Saccadic adapation modifies perceptual localization

Fig 1: a) Artificial introduction of a post-saccadic visual error by stepping the target while the saccade is in flight. b) Adaptation of saccade behavior according to the post-saccadic error. c) Localization test after adaptation occurred. d) Saccade amplitude changes (dashed line) and localization changes (continuous line) over the course of adaptation.

  Vision informs us about the location of objects around us. A large number of visual brain areas feature neurons with spatially selective receptive fields, which can in principle convey information about the location of visual stimuli. How does the brain deduce from these many possibilities where objects are located? From an ecological perspective, localization is plainly needed for behavior control. Eye movements are the most ubiquitous behavior, and if we want to know anything about an object somewhere in the scene we usually first look at it. Thus, the most pressing need of visual localization of any object is to guide eye movements to that object. It has been proposed that our perceptual experience of the world is really composed of the sensorimotor transformation laws that govern how we interact with the world (O’Regan, J. K., & Noe, A. Behavioral Brain Science, 24, 939–1031, 2001). This proposal predicts that our perception of the location of an object draws on the knowledge of the motor system about how to target this object with an eye movement.
  We have used saccadic adaptation to modify the motor response to a target object. Normally, when a saccadic eye movement is initiated to an eccentric target the oculomotor system calculates the correct speed and duration of the movement in advance since, because of latencies in the visual system, visual feedback about the accuracy of the eye movement arrives in the brain only after the saccade is finished. Thus, saccades are 'ballistic' and often not very accurate. If a saccade happens to be inaccurate the error between the final gaze direction and the target can only be registered after the saccade. This post-saccadic visual error is used by the oculomotor system to check saccadic accuracy and, if needed, re-calibrate motor control for subsequent saccades to be more accurate. In the experimental paradigm of saccadic adaptation, a post-saccadic visual error is introduced artificially by stepping the target while the saccade is in flight (Figure 1A). Because vision is suppressed during saccades the step itself is not seen by the subject, but the oculomotor system registers the post-saccadic error and adapts saccade behavior accordingly: over the course of several such trials, the amplitude of the saccade to the target eventually matches the stepped location of the target, rather than the initial location (Figure 1B). The saccadic adaptation procedure, therefore, introduces a dissociation between the physical location of the target as registered by the retina and the motor program that is executed to move gaze onto that target. This dissociation allows us to investigate whether the perceptual localization of a stimulus at the target location follows the physical location of the stimulus or the motor program set-up by the saccadic system.

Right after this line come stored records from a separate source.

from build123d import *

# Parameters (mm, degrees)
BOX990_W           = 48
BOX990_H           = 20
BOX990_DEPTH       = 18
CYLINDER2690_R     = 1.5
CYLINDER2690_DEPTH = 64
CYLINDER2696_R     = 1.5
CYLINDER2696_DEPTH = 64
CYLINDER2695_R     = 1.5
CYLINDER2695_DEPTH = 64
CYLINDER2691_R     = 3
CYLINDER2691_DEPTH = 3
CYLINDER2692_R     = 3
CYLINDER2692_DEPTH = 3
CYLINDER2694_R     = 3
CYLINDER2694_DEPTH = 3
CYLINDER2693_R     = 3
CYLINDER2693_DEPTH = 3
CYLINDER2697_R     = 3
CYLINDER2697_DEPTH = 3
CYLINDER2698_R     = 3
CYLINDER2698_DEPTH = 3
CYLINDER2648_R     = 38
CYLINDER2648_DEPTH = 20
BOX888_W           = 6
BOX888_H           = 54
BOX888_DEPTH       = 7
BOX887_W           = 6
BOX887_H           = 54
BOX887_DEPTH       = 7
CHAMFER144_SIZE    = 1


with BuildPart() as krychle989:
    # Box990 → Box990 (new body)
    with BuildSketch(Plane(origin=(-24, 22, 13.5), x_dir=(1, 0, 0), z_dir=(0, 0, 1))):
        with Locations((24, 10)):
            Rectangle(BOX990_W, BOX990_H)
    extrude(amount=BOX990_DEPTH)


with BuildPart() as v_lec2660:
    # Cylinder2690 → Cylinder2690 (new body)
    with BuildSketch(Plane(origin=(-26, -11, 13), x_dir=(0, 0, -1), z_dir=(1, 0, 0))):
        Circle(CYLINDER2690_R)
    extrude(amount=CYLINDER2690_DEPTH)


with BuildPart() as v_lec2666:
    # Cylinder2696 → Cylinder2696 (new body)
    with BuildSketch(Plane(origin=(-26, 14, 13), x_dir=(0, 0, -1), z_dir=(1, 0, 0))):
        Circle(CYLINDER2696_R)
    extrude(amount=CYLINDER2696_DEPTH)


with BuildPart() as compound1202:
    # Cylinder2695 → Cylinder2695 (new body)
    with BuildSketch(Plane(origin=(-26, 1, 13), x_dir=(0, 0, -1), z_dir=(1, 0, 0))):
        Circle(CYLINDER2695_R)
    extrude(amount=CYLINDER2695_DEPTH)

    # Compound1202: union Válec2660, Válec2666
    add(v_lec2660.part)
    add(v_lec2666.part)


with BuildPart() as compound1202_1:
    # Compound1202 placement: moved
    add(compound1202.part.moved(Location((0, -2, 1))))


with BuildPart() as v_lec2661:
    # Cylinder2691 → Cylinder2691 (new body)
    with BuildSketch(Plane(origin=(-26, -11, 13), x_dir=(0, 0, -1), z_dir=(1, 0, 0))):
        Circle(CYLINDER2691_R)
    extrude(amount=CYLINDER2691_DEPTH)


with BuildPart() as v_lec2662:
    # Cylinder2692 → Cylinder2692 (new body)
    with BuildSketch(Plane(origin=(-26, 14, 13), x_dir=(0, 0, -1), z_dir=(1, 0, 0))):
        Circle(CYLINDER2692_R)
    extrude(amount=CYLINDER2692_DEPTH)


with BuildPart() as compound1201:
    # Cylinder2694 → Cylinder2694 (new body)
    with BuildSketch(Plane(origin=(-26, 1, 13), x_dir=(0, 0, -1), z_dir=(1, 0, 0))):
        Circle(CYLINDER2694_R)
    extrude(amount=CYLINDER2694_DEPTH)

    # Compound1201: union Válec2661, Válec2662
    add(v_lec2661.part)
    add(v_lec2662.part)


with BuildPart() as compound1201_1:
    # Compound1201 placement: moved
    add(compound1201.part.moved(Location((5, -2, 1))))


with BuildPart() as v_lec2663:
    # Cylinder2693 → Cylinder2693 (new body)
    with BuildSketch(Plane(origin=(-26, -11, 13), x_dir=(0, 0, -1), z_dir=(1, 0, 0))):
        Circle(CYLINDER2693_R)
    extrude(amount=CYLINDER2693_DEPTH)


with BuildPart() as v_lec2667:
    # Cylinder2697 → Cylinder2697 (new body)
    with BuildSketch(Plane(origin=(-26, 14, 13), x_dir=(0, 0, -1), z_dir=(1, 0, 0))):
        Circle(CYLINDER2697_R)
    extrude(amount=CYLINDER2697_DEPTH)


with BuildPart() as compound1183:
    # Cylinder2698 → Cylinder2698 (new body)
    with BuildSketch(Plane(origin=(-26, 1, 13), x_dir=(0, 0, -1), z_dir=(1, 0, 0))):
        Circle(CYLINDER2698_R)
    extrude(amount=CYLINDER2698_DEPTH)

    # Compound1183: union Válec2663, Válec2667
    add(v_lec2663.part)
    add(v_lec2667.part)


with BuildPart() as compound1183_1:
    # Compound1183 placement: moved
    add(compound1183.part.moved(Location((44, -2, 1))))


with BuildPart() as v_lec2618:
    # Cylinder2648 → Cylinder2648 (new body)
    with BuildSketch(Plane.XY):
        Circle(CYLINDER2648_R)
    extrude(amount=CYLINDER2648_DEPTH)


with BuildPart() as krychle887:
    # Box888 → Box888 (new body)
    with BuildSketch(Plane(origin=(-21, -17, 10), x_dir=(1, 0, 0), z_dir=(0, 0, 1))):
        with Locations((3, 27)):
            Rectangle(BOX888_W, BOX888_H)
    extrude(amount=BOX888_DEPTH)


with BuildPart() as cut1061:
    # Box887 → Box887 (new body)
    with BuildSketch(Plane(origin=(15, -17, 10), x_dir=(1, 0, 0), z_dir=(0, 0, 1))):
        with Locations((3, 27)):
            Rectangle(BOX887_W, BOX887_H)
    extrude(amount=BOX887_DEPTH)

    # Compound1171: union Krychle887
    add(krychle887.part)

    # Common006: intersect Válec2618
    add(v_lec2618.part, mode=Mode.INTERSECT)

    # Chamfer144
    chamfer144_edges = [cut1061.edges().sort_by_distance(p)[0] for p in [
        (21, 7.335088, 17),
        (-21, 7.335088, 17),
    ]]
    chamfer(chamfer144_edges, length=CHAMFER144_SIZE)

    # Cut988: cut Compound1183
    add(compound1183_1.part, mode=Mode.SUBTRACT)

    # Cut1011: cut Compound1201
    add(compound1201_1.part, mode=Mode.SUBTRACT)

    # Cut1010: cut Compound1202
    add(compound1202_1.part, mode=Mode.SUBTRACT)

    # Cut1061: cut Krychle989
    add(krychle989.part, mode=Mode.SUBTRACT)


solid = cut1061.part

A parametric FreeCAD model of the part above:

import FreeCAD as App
import Part
import Sketcher


def edges_at(feature, points):
    """Names of the edges that pass closest to the given points."""
    edges = feature.Shape.Edges
    near = lambda p: min(range(len(edges)), key=lambda i: edges[i].distToShape(Part.Vertex(*p))[0])
    return sorted({f"Edge{near(p) + 1}" for p in points})


def add_polygon(sketch, points):
    """Adds a closed chain of lines whose ends are joined by coincident constraints."""
    first, n = sketch.GeometryCount, len(points)
    for a, b in zip(points, points[1:] + points[:1]):
        sketch.addGeometry(Part.LineSegment(App.Vector(*a, 0), App.Vector(*b, 0)), False)
    for i in range(n):
        sketch.addConstraint(Sketcher.Constraint("Coincident", first + i, 2, first + (i + 1) % n, 1))

doc = App.newDocument("Part")
body = doc.addObject("PartDesign::Body", "Body")

sketch1 = doc.addObject("Sketcher::SketchObject", "Sketch")
body.addObject(sketch1)
sketch1.AttachmentSupport = (doc.XY_Plane, [""])
sketch1.MapMode = "FlatFace"
sketch1.AttachmentOffset = App.Placement(App.Vector(0, 0, 13.5), App.Rotation())
add_polygon(sketch1, [(-24, 42), (-24, 22), (24, 22), (24, 42)])
sketch1.addConstraint(Sketcher.Constraint("Vertical", 0))
sketch1.addConstraint(Sketcher.Constraint("Horizontal", 1))
sketch1.addConstraint(Sketcher.Constraint("Vertical", 2))
sketch1.addConstraint(Sketcher.Constraint("Horizontal", 3))
sketch1.addConstraint(Sketcher.Constraint("DistanceX", 1, 1, 1, 2, 48.0))
sketch1.addConstraint(Sketcher.Constraint("DistanceY", 0, 2, 0, 1, 20.0))
sketch1.addConstraint(Sketcher.Constraint("DistanceX", 0, 2, -1, 1, 24.0))
sketch1.addConstraint(Sketcher.Constraint("DistanceY", -1, 1, 0, 2, 22.0))
pad1 = doc.addObject("PartDesign::Pad", "Pad")
body.addObject(pad1)
pad1.Profile = sketch1
pad1.Length = 18
body2 = doc.addObject("PartDesign::Body", "Body001")

sketch2 = doc.addObject("Sketcher::SketchObject", "Sketch001")
body2.addObject(sketch2)
sketch2.AttachmentSupport = (doc.getObject("YZ_Plane001"), [""])
sketch2.MapMode = "FlatFace"
sketch2.AttachmentOffset = App.Placement(App.Vector(0, 0, -26), App.Rotation())
sketch2.addGeometry(Part.Circle(App.Vector(-11, 13, 0), App.Vector(0, 0, 1), 1.5), False)
sketch2.addConstraint(Sketcher.Constraint("Diameter", 0, 3.0))
sketch2.addConstraint(Sketcher.Constraint("DistanceX", 0, 3, -1, 1, 11.0))
sketch2.addConstraint(Sketcher.Constraint("DistanceY", -1, 1, 0, 3, 13.0))
pad2 = doc.addObject("PartDesign::Pad", "Pad001")
body2.addObject(pad2)
pad2.Profile = sketch2
pad2.Length = 64
body3 = doc.addObject("PartDesign::Body", "Body002")

sketch3 = doc.addObject("Sketcher::SketchObject", "Sketch002")
body3.addObject(sketch3)
sketch3.AttachmentSupport = (doc.getObject("YZ_Plane002"), [""])
sketch3.MapMode = "FlatFace"
sketch3.AttachmentOffset = App.Placement(App.Vector(0, 0, -26), App.Rotation())
sketch3.addGeometry(Part.Circle(App.Vector(14, 13, 0), App.Vector(0, 0, 1), 1.5), False)
sketch3.addConstraint(Sketcher.Constraint("Diameter", 0, 3.0))
sketch3.addConstraint(Sketcher.Constraint("DistanceX", -1, 1, 0, 3, 14.0))
sketch3.addConstraint(Sketcher.Constraint("DistanceY", -1, 1, 0, 3, 13.0))
pad3 = doc.addObject("PartDesign::Pad", "Pad002")
body3.addObject(pad3)
pad3.Profile = sketch3
pad3.Length = 64
body4 = doc.addObject("PartDesign::Body", "Body003")
body4.AllowCompound = True

sketch4 = doc.addObject("Sketcher::SketchObject", "Sketch003")
body4.addObject(sketch4)
sketch4.AttachmentSupport = (doc.getObject("YZ_Plane003"), [""])
sketch4.MapMode = "FlatFace"
sketch4.AttachmentOffset = App.Placement(App.Vector(0, 0, -26), App.Rotation())
sketch4.addGeometry(Part.Circle(App.Vector(1, 13, 0), App.Vector(0, 0, 1), 1.5), False)
sketch4.addConstraint(Sketcher.Constraint("Diameter", 0, 3.0))
sketch4.addConstraint(Sketcher.Constraint("DistanceX", -1, 1, 0, 3, 1.0))
sketch4.addConstraint(Sketcher.Constraint("DistanceY", -1, 1, 0, 3, 13.0))
pad4 = doc.addObject("PartDesign::Pad", "Pad003")
body4.addObject(pad4)
pad4.Profile = sketch4
pad4.Length = 64
doc.recompute()

boolean = doc.addObject("PartDesign::Boolean", "Boolean")
body4.addObject(boolean)
boolean.Type = "Fuse"
boolean.addObjects([body2])
doc.recompute()

boolean2 = doc.addObject("PartDesign::Boolean", "Boolean001")
body4.addObject(boolean2)
boolean2.Type = "Fuse"
boolean2.addObjects([body3])
body5 = doc.addObject("PartDesign::Body", "Body004")
body5.AllowCompound = True
doc.recompute()

body4.Placement = App.Placement(App.Vector(0, -2, 1), App.Rotation(App.Vector(0, 0, 1), 0))
boolean3 = doc.addObject("PartDesign::Boolean", "Boolean002")
body5.addObject(boolean3)
boolean3.Type = "Fuse"
boolean3.addObjects([body4])
body6 = doc.addObject("PartDesign::Body", "Body005")

sketch5 = doc.addObject("Sketcher::SketchObject", "Sketch004")
body6.addObject(sketch5)
sketch5.AttachmentSupport = (doc.getObject("YZ_Plane005"), [""])
sketch5.MapMode = "FlatFace"
sketch5.AttachmentOffset = App.Placement(App.Vector(0, 0, -26), App.Rotation())
sketch5.addGeometry(Part.Circle(App.Vector(-11, 13, 0), App.Vector(0, 0, 1), 3), False)
sketch5.addConstraint(Sketcher.Constraint("Diameter", 0, 6.0))
sketch5.addConstraint(Sketcher.Constraint("DistanceX", 0, 3, -1, 1, 11.0))
sketch5.addConstraint(Sketcher.Constraint("DistanceY", -1, 1, 0, 3, 13.0))
pad5 = doc.addObject("PartDesign::Pad", "Pad004")
body6.addObject(pad5)
pad5.Profile = sketch5
pad5.Length = 3
body7 = doc.addObject("PartDesign::Body", "Body006")

sketch6 = doc.addObject("Sketcher::SketchObject", "Sketch005")
body7.addObject(sketch6)
sketch6.AttachmentSupport = (doc.getObject("YZ_Plane006"), [""])
sketch6.MapMode = "FlatFace"
sketch6.AttachmentOffset = App.Placement(App.Vector(0, 0, -26), App.Rotation())
sketch6.addGeometry(Part.Circle(App.Vector(14, 13, 0), App.Vector(0, 0, 1), 3), False)
sketch6.addConstraint(Sketcher.Constraint("Diameter", 0, 6.0))
sketch6.addConstraint(Sketcher.Constraint("DistanceX", -1, 1, 0, 3, 14.0))
sketch6.addConstraint(Sketcher.Constraint("DistanceY", -1, 1, 0, 3, 13.0))
pad6 = doc.addObject("PartDesign::Pad", "Pad005")
body7.addObject(pad6)
pad6.Profile = sketch6
pad6.Length = 3
body8 = doc.addObject("PartDesign::Body", "Body007")
body8.AllowCompound = True

sketch7 = doc.addObject("Sketcher::SketchObject", "Sketch006")
body8.addObject(sketch7)
sketch7.AttachmentSupport = (doc.getObject("YZ_Plane007"), [""])
sketch7.MapMode = "FlatFace"
sketch7.AttachmentOffset = App.Placement(App.Vector(0, 0, -26), App.Rotation())
sketch7.addGeometry(Part.Circle(App.Vector(1, 13, 0), App.Vector(0, 0, 1), 3), False)
sketch7.addConstraint(Sketcher.Constraint("Diameter", 0, 6.0))
sketch7.addConstraint(Sketcher.Constraint("DistanceX", -1, 1, 0, 3, 1.0))
sketch7.addConstraint(Sketcher.Constraint("DistanceY", -1, 1, 0, 3, 13.0))
pad7 = doc.addObject("PartDesign::Pad", "Pad006")
body8.addObject(pad7)
pad7.Profile = sketch7
pad7.Length = 3
doc.recompute()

  To decide this question we combined a series of adaptation trials with an interspersed localization task. The subject sat in front of a computer monitor which displayed a fixation target. The subject had to fixate the stimulus and initiate a saccade as soon it moved to the right. To induce saccadic adaption, the target stimulus was stepped a further 3 deg to the right when the eye tracker detected the onset of the saccade. This procedure was repeated for 1000 trials to achieve stable adaptation and allow the investigation of localization effects over the course of the modification of the saccade parameters.
  After every 200 adaptation trials localization was tested in a block of 20 trials. Subjects were instructed to direct gaze at the center of the screen and avoid any eye movement during the entire block of localization trials (Figure 1C). A small localization probe was presented for 30 ms 13 deg to the right of the subject’s current gaze position. The subject indicated the apparent location of the probe with the mouse pointer.
  Figure 1D shows saccade amplitude changes (dashed line) and localization changes (continuous line) over the course of adaptation, starting from a pre-adapation baseline. Adaptation reached a maximal amplitude increase of 1.4 deg, or 46 % of the 3 deg target step. The localization also changed over the course of adaptation and showed a very similar development as the adaptation. After 1000 trials of adaptation localization probes were mislocalized 1.3 deg in the direction of adaptation. These results clearly show that modifications of saccadic amplitude by saccadic adaptation can induce associated changes in visual localization, consistent with the view that oculomotor knowledge is used in the perceptual representation of space.